Encouraged by this success, the CAP concentrated on relocation. Over the next decade, an annual average of 384 orphaned and abandoned children were taken from the wretched environment of Manhattan and resettled in small towns throughout New England and the eastern Midwest.
After the Civil War, the yearly exodus exploded to a thousand due to the growing number of needy minors. Widows of slain soldiers entrusted their sons and daughters to the Children’s Aid Society, as did disillusioned immigrants who found the boulevards of the Big Apple were not paved with gold. In addition, a rising tide of runaways fleeing neglect and abuse came on their own to the CAP.

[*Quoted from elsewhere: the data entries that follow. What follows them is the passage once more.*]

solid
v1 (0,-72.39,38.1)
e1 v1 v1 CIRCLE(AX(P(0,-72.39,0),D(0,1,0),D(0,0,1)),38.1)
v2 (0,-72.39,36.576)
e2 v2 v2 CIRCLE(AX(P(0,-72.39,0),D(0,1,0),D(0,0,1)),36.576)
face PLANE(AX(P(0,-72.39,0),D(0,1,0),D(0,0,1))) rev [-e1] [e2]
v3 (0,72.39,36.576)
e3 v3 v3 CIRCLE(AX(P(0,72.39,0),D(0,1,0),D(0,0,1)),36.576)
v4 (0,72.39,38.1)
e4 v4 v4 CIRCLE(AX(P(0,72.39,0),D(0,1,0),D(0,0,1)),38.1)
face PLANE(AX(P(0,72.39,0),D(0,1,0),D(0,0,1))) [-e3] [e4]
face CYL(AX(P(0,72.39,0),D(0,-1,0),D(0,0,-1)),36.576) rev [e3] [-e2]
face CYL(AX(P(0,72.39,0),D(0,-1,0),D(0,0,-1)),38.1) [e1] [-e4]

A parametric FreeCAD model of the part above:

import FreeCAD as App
import Part
import Sketcher
Q = App.Units.Quantity

doc = App.newDocument("Part")
params = doc.addObject("Spreadsheet::Sheet", "Params")
for row, (alias, value) in enumerate([
    ("sketch1_diameter", "3 in"),
    ("sketch1_diameter2", "2.88 in"),
    ("pad1_length", "5.7 in"),
], start=1):
    params.set(f"A{row}", alias)
    params.set(f"B{row}", "=" + value)
    params.setAlias(f"B{row}", alias)

body = doc.addObject("PartDesign::Body", "Body")

# Sketch on XZ plane
sketch1 = body.newObject("Sketcher::SketchObject", "Sketch")
sketch1.AttachmentSupport = (doc.getObject("XZ_Plane"), [""])
sketch1.MapMode = "FlatFace"
sketch1.addGeometry(Part.Circle(App.Vector(0, 0, 0), App.Vector(0, 0, 1), 38.1), False)
sketch1.addGeometry(Part.Circle(App.Vector(0, 0, 0), App.Vector(0, 0, 1), 36.576), False)
sketch1.addConstraint(Sketcher.Constraint("Coincident", 0, 3, -1, 1))
sketch1.addConstraint(Sketcher.Constraint("Coincident", 1, 3, -1, 1))
sketch1.addConstraint(Sketcher.Constraint("Diameter", 0, Q("3 in")))
sketch1.addConstraint(Sketcher.Constraint("Diameter", 1, Q("2.88 in")))
sketch1.setExpression("Constraints[2]", "Params.sketch1_diameter")
sketch1.setExpression("Constraints[3]", "Params.sketch1_diameter2")
pad1 = body.newObject("PartDesign::Pad", "Pad")
pad1.Profile = sketch1
pad1.setExpression("Length", "Params.pad1_length")
pad1.Midplane = True

doc.recompute()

Although they usually went by rail, the little refugees and their grown escorts or “agents” rarely filled a passenger car much less an entire train. (A notable exception was a trainload of 300 Catholic youngsters transported to Louisiana in 1906 by the Sisters of Charity.) The typical group consisted of 30 to 40 children ranging in age from four to 14.
Posters and newspaper articles advertised the arrival of an “Orphan Train,” a slang term coined by the public and press, weeks in advance. A large crowd was always waiting at the station, and the curious followed prospective parents, normally prequalified by a local committee, to the “viewing.”
In the book “We Rode the Orphan Trains,” a woman who came to Texas in 1918 described what it was like to be put on display. “We were lined up on the stage and all I could see was wall-to-wall people. They surrounded us, made us turn around, lift our skirts to see if our legs were straight, and open our mouths to show our teeth. A very humiliating day.”
Placement was hardly an exact science, and more than a few children were exploited and mistreated by their surrogate parents. CAP agents came around once a year to check on their former wards and did not hesitate to rescue them from bad homes. Nevertheless, the CAP conceded in a 1910 report that the end of the line for at least 13 percent of Orphan Train riders was not a happy and healthy place.
Charles Loring Brace’s abolitionist bias against the former Confederacy kept the number of trains with southern destinations to a minimum. The Sisters of Charity had no such reservations, however, and may have brought as many children to Texas as the Children’s Aid Society.
But the Orphan Trains did come to the Lone Star State, including the final one in May 1929. The children that got off the train at Sulphur Springs on that sunny spring day were the last of an estimated 200,000 brought west in the most unusual migration in American history.